В Сахаре песок издает мелодичные речи; то воет, то что-то твердит непонятно и жалобно, – там, где есть дюны; в Сахаре есть горы из кварцевых, или известковых песков в 200 метров от уровня почвы; и – выше; дохнет ветерок – дюна вдруг загрустит, извлекутся нежнейшие отзвуки; как ветер окрепнет, она – закурится; иные тревожные тоны взовьются; песок побежит – («sable vif»): так его называют французы. Вот как путешественник наш Елисеев, бывший на юге Тунисии, в Триполи, в далях Туата, в оазе Уаргла[18] и в песках рокового Ерга повествует о песне песков[19].
– «Но вот в раскаленном и неподвижном воздухе послышались и затрепетали какие-то чарующие звуки»… «Слышишь, как запели пески», произнес, словно просыпаясь из… полузабытья Ибн-Салах – «то пески пустыни, не к добру эти песни. Песок Ерга поет, зовет ветер, а с ним прилетает и смерть…» Особые звуки песка извлекаются там, где два слоя: один отвердевший, и верхний – сыпучий, бегущий, летающий, металлический шум; порой – визги и вой.
Есть в пустыне другая мелодия; крики камней, когда скалы в жаре дают трещины; трески – так нам говорит Елисеев – теперь «объясняют легенду… обитателей пустыни, которая говорит, что сердце их родины заставляет кричать самые камни и пески»[20].
Так гора близ Синая поет металлическим голосом; так по Пржевальскому скалы монгольской пустыни поют; так бормочущий Газ-ель-Ханван аравийской пустыни возносит молитвы под небо; и так говорил с Озирисом Мемносский Колосс.

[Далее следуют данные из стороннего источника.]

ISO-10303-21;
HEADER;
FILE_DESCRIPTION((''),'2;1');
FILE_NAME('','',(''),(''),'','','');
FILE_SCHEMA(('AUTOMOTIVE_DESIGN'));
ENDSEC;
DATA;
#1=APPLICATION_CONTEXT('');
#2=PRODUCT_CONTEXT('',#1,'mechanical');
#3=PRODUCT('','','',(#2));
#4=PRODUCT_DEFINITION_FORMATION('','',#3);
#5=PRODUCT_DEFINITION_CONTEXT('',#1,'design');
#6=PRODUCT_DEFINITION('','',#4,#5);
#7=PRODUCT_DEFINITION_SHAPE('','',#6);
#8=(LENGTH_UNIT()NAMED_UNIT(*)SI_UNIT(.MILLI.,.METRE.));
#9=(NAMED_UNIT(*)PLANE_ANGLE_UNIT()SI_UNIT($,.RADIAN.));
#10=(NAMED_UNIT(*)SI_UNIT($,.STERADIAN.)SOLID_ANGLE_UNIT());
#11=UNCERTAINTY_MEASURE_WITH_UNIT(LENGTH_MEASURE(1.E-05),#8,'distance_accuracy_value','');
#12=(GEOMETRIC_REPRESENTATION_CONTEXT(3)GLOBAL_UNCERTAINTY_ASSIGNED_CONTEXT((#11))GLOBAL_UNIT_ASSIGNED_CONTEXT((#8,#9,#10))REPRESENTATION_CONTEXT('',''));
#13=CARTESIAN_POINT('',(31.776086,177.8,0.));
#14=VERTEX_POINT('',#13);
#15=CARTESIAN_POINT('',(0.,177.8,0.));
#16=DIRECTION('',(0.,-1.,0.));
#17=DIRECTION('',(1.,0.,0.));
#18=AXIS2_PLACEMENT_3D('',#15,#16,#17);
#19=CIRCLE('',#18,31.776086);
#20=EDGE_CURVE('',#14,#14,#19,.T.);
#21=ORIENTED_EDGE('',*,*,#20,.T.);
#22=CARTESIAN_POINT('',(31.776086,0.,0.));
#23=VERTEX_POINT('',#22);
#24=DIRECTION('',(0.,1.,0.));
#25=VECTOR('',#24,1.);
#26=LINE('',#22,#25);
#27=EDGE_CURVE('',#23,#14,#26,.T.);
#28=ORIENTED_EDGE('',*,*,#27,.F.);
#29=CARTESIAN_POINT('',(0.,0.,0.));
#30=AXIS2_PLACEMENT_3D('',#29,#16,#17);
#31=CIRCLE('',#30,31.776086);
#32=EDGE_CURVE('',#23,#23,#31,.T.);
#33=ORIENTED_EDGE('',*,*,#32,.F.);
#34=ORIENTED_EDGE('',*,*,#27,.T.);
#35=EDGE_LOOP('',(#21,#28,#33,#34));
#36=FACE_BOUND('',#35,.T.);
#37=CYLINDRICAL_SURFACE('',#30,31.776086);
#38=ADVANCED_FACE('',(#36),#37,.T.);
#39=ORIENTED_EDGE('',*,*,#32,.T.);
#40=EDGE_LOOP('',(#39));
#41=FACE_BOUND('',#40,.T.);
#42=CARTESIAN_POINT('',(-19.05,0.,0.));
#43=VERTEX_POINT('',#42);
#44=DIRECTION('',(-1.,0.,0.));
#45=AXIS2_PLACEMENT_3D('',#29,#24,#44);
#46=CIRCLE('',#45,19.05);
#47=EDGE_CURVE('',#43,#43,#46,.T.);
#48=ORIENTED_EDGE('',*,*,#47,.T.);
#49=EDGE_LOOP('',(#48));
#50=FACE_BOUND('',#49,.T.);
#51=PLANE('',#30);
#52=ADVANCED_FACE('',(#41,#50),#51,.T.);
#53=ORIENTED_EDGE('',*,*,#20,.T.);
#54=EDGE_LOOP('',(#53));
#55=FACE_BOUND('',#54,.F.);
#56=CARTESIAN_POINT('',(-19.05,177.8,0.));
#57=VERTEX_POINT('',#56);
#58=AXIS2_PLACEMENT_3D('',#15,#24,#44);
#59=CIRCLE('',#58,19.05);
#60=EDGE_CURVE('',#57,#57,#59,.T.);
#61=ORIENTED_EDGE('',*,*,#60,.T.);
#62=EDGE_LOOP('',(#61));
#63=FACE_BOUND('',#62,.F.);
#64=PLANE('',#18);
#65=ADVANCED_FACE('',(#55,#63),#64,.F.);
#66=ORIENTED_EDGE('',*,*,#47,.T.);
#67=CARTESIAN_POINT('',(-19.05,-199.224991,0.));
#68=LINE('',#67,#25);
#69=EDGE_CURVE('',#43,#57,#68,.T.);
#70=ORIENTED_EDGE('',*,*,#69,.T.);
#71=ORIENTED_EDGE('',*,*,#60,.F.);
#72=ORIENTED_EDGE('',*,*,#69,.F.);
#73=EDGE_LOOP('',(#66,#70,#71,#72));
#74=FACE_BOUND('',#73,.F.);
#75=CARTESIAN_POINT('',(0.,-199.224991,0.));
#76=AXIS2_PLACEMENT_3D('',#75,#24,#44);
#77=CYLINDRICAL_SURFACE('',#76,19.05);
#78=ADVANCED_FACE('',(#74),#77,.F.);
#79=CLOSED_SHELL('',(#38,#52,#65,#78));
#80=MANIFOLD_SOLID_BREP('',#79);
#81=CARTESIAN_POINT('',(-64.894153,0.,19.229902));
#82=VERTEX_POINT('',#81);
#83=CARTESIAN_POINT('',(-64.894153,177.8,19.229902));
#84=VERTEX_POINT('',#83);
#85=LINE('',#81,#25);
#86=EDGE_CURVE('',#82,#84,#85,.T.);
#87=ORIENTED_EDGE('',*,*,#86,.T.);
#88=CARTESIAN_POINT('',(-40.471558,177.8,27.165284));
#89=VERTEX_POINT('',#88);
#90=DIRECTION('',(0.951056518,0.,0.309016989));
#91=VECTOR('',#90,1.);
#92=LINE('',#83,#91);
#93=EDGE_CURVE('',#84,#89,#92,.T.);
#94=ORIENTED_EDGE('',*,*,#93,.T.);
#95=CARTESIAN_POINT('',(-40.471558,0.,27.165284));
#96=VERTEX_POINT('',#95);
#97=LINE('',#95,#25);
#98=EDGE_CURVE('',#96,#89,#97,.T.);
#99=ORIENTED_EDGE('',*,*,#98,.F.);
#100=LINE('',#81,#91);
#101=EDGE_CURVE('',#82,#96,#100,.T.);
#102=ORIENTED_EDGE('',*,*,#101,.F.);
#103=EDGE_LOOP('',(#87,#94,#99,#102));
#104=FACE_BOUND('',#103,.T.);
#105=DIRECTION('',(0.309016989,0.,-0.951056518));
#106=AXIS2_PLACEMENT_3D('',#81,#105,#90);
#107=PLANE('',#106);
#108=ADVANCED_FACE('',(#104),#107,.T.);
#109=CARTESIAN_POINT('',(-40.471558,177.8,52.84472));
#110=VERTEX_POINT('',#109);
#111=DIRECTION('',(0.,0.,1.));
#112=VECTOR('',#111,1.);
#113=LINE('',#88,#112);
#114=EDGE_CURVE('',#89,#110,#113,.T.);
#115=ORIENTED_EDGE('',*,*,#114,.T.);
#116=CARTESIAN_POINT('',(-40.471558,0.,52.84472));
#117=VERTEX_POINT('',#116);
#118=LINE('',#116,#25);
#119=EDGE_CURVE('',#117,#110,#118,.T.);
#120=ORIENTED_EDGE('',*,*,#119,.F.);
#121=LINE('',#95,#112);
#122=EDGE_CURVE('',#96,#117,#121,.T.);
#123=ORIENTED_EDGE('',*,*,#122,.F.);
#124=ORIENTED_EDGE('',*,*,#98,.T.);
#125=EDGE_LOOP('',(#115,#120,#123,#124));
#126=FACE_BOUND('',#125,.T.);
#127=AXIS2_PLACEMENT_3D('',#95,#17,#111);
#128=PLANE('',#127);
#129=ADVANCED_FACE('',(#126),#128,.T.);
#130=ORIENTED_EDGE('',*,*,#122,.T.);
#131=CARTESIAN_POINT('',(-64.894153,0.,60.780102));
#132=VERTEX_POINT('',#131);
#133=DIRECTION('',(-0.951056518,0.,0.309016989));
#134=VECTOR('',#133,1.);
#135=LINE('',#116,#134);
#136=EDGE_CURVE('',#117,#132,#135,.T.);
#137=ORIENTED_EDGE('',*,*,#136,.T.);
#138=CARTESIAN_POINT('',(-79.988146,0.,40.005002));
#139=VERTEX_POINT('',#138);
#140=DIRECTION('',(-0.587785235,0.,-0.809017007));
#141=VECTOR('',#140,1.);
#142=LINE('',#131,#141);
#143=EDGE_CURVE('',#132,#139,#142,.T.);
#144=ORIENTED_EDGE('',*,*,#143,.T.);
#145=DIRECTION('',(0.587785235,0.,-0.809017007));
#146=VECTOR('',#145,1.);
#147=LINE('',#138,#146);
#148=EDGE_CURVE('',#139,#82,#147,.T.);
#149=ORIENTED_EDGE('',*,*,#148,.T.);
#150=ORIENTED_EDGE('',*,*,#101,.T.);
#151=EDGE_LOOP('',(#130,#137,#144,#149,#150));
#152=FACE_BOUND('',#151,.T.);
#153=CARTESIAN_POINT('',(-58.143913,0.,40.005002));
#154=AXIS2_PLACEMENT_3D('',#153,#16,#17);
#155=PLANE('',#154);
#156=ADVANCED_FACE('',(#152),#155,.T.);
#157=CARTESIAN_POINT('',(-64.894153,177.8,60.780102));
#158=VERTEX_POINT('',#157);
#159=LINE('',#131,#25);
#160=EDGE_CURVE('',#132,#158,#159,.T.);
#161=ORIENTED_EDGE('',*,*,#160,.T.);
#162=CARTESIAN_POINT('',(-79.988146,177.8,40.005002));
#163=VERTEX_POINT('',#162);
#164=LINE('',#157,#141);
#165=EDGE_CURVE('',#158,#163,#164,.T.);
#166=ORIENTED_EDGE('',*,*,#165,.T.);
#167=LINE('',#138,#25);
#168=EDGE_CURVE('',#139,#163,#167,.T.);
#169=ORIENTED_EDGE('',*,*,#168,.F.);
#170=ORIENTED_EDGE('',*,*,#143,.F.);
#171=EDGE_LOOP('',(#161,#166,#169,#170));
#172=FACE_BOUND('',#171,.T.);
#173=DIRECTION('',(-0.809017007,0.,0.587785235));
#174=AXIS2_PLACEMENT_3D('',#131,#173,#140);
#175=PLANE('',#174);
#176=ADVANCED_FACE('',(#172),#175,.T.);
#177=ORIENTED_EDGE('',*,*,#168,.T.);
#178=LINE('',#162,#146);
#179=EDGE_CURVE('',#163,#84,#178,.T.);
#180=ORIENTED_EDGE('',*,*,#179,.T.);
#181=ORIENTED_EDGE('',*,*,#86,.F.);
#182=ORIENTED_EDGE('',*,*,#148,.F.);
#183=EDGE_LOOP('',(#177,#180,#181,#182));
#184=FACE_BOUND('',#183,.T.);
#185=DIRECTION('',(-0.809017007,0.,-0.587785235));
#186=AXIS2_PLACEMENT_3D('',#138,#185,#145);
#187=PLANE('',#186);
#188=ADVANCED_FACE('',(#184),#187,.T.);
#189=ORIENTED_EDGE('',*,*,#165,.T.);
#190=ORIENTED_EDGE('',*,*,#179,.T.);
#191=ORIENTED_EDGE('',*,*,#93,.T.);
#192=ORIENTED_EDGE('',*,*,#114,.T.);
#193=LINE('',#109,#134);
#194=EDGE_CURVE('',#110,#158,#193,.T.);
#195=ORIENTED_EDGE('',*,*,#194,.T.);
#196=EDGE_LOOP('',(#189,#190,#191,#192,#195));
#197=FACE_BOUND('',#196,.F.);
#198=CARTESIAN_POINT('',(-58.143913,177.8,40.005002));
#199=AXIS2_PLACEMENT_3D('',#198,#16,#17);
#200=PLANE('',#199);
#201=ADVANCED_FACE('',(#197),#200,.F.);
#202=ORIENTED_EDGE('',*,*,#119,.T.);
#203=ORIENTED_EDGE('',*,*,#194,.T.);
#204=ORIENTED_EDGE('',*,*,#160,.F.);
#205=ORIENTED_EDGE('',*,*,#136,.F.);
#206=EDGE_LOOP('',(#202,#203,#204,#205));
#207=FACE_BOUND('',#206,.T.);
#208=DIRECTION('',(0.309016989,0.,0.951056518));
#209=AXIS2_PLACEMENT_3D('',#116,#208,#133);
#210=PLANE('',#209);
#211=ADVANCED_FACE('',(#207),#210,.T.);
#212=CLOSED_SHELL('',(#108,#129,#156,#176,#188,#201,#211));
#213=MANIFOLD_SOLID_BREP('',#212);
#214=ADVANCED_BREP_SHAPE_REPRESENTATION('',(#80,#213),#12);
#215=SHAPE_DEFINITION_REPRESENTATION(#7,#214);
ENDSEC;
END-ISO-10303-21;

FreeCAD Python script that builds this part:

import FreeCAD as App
import Part
import Sketcher

V = App.Vector
Q = App.Units.Quantity


def add_polygon(sketch, points):
    """Adds a closed chain of lines whose ends are joined by coincident constraints."""
    first, n = sketch.GeometryCount, len(points)
    for a, b in zip(points, points[1:] + points[:1]):
        sketch.addGeometry(Part.LineSegment(App.Vector(*a, 0), App.Vector(*b, 0)), False)
    for i in range(n):
        sketch.addConstraint(Sketcher.Constraint("Coincident", first + i, 2, first + (i + 1) % n, 1))

doc = App.newDocument("Part")
body = doc.addObject("PartDesign::Body", "Body")

# Sketch on XZ plane
sketch1 = body.newObject("Sketcher::SketchObject", "Sketch")
sketch1.AttachmentSupport = (doc.getObject("XZ_Plane"), [""])
sketch1.MapMode = "FlatFace"
sketch1.addGeometry(Part.Circle(V(0, 0, 0), V(0, 0, 1), 32), False)
sketch1.addConstraint(Sketcher.Constraint("Coincident", 0, 3, -1, 1))
sketch1.addConstraint(Sketcher.Constraint("Diameter", 0, 63.552172))
pad1 = body.newObject("PartDesign::Pad", "Pad")
pad1.Profile = sketch1
pad1.Length = Q("7 in")
pad1.Reversed = True

# Sketch on XZ plane
sketch2 = body.newObject("Sketcher::SketchObject", "Sketch001")
sketch2.AttachmentSupport = (doc.getObject("XZ_Plane"), [""])
sketch2.MapMode = "FlatFace"
sketch2.addGeometry(Part.Circle(V(0, 0, 0), V(0, 0, 1), 19), False)
sketch2.addConstraint(Sketcher.Constraint("Coincident", 0, 3, -1, 1))
sketch2.addConstraint(Sketcher.Constraint("Diameter", 0, Q("1.5 in")))
doc.recompute()
hole = body.newObject("PartDesign::Hole", "Hole")
hole.Profile = sketch2
hole.ThreadType = "None"
hole.Diameter = Q("1.5 in")
hole.DepthType = "ThroughAll"
body2 = doc.addObject("PartDesign::Body", "Body001")

# Sketch on XZ plane
sketch3 = body2.newObject("Sketcher::SketchObject", "Sketch002")
sketch3.AttachmentSupport = (doc.getObject("XZ_Plane001"), [""])
sketch3.MapMode = "FlatFace"
add_polygon(sketch3, [(-40, 27), (-40, 53), (-65, 61), (-80, 40), (-65, 19)])  # lines 0-4
sketch3.addConstraint(Sketcher.Constraint("Vertical", 0))
sketch3.addConstraint(Sketcher.Constraint("Vertical", 1, 2, 3, 2))
sketch3.addConstraint(Sketcher.Constraint("Equal", 1, 2))
sketch3.addConstraint(Sketcher.Constraint("Equal", 2, 3))
sketch3.addConstraint(Sketcher.Constraint("Equal", 3, 4))
sketch3.addConstraint(Sketcher.Constraint("Angle", 1, Q("162 deg")))
sketch3.addConstraint(Sketcher.Constraint("Angle", 2, Q("-125.999999 deg")))
sketch3.addConstraint(Sketcher.Constraint("DistanceY", -1, 1, 2, 2, Q("1.5750001 in")))
sketch3.addConstraint(Sketcher.Constraint("DistanceY", -1, 1, 3, 2, 19.229902))
sketch3.addConstraint(Sketcher.Constraint("DistanceX", 0, 2, -1, 1, 40.471558))
pad2 = body2.newObject("PartDesign::Pad", "Pad001")
pad2.Profile = sketch3
pad2.Length = Q("7 in")
pad2.Reversed = True

doc.recompute()
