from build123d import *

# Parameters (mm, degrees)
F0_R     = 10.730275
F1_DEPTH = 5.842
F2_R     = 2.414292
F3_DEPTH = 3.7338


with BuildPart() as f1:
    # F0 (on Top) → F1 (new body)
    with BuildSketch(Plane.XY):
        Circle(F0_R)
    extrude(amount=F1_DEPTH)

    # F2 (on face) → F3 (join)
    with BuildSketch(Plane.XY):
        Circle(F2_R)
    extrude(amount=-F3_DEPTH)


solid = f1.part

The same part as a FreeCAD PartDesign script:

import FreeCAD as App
import Part
import Sketcher
Q = App.Units.Quantity

doc = App.newDocument("Part")
body = doc.addObject("PartDesign::Body", "Body")

# Sketch on XY plane
sketch1 = doc.addObject("Sketcher::SketchObject", "Sketch")
body.addObject(sketch1)
sketch1.AttachmentSupport = (doc.XY_Plane, [""])
sketch1.MapMode = "FlatFace"
sketch1.addGeometry(Part.Circle(App.Vector(0, 0, 0), App.Vector(0, 0, 1), 11), False)
sketch1.addConstraint([
    Sketcher.Constraint("Coincident", 0, 3, -1, 1),
    Sketcher.Constraint("Diameter", 0, Q("21.46055 mm")),
])
pad1 = doc.addObject("PartDesign::Pad", "Pad")
body.addObject(pad1)
pad1.Profile = sketch1
pad1.Length = Q("0.23 in")

# Sketch on XY plane
sketch2 = doc.addObject("Sketcher::SketchObject", "Sketch001")
body.addObject(sketch2)
sketch2.AttachmentSupport = (doc.XY_Plane, [""])
sketch2.MapMode = "FlatFace"
sketch2.addGeometry(Part.Circle(App.Vector(0, 0, 0), App.Vector(0, 0, 1), 2.4), False)
sketch2.addConstraint([
    Sketcher.Constraint("Coincident", 0, 3, -1, 1),
    Sketcher.Constraint("Diameter", 0, Q("4.828584 mm")),
])
pad2 = doc.addObject("PartDesign::Pad", "Pad001")
body.addObject(pad2)
pad2.Profile = sketch2
pad2.Length = Q("0.147 in")
pad2.Reversed = True

doc.recompute()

И Реклю отмечает поющие дюны Игиди; поющие дюны Ерга описал Елисеев.
Мы смотрим в окошко, стараясь увидеть сквозь бурные мути – окрестность; и воет окрестность, танцуя; и – бурные мути: в окно дребежжат, разорвутся; и – рвутся, и – рвутся, и – рвутся; и – все улетели; и – ясны пространства сожженной степи (солонцов – меньше здесь; оттого и пески уплясали куда-то, крутясь горизонтами).
В этой равнине есть что-то от русской равнины; такие же овраги ползут; я не знаю строения почвы; может быть, тот же лес; те же метелки из пляшущих трав; остановка; чу – звоны бубенчиков (как и в России): сквозь ветер; такие же пески наползают с востока в пространствах лихих оренбургских, самарских степях; и – такие же верблюды; нет – те все – двугорбые.
О – что за ветер! Я вижу, что поезд на станции еле заметно сдвигается с места; то – вижу по буквам за рамой исчезнувшей надписи станции; «Э, посмотри же, ветер нас немедленно двигает, слышу я голос француза; мы – едем; пытаюсь открыть дверь вагона наружу, и громкие ярости бурыми струями бросились в дверь; дверь – рванулась, чуть-чуть что не вырвав меня из вагона; мы боремся дружно с распахнутой дверью, пытаясь захлопнуть ее; наконец – удается.
Тускнеет, дымеет, вижжит и хохочет; и нет ничего, кроме хаоса желтых, кричащих, летящих песков за окном; прорвалось что-то; пятна мелькающих проясней; в них – пылевые столбы, сплошной проясень – снова; во мгле – горизонт.
А французик, военный, зуав, в яркокрасных штанах, очевидно душой полюбивший все здешнее, весело стал вспоминать о недавних годах:
– «А вот прежде здесь не было вовсе железной дороги; мы ехали в дилижансе, а около Кайруана есть спуск, так поверите-ль? Мы, отвязав лошадей, так-таки и катились под кручу».
– «А как пассажиры?»
– «Ну что ж? Коли падали на бок, ломались ноги; все было естественней, веселей, чем теперь, хоть… опасней»…
– «Теперь что-то слишком уж много комфорту».
Опять пересадка.
И вот.
Из песков – намечается: мертвенно желтым песком Кайруан; и вся даль – изошла минаретами; точно песчаною кистью прошлись по буреющей мути; и муть полосатится, перпендикулярно к равнине, являя глазами аберрацию: плоскости башен; под ними стена не видна; только носятся бурые клубы, как волны; на них овоздушенно виснет из воздуха – марево.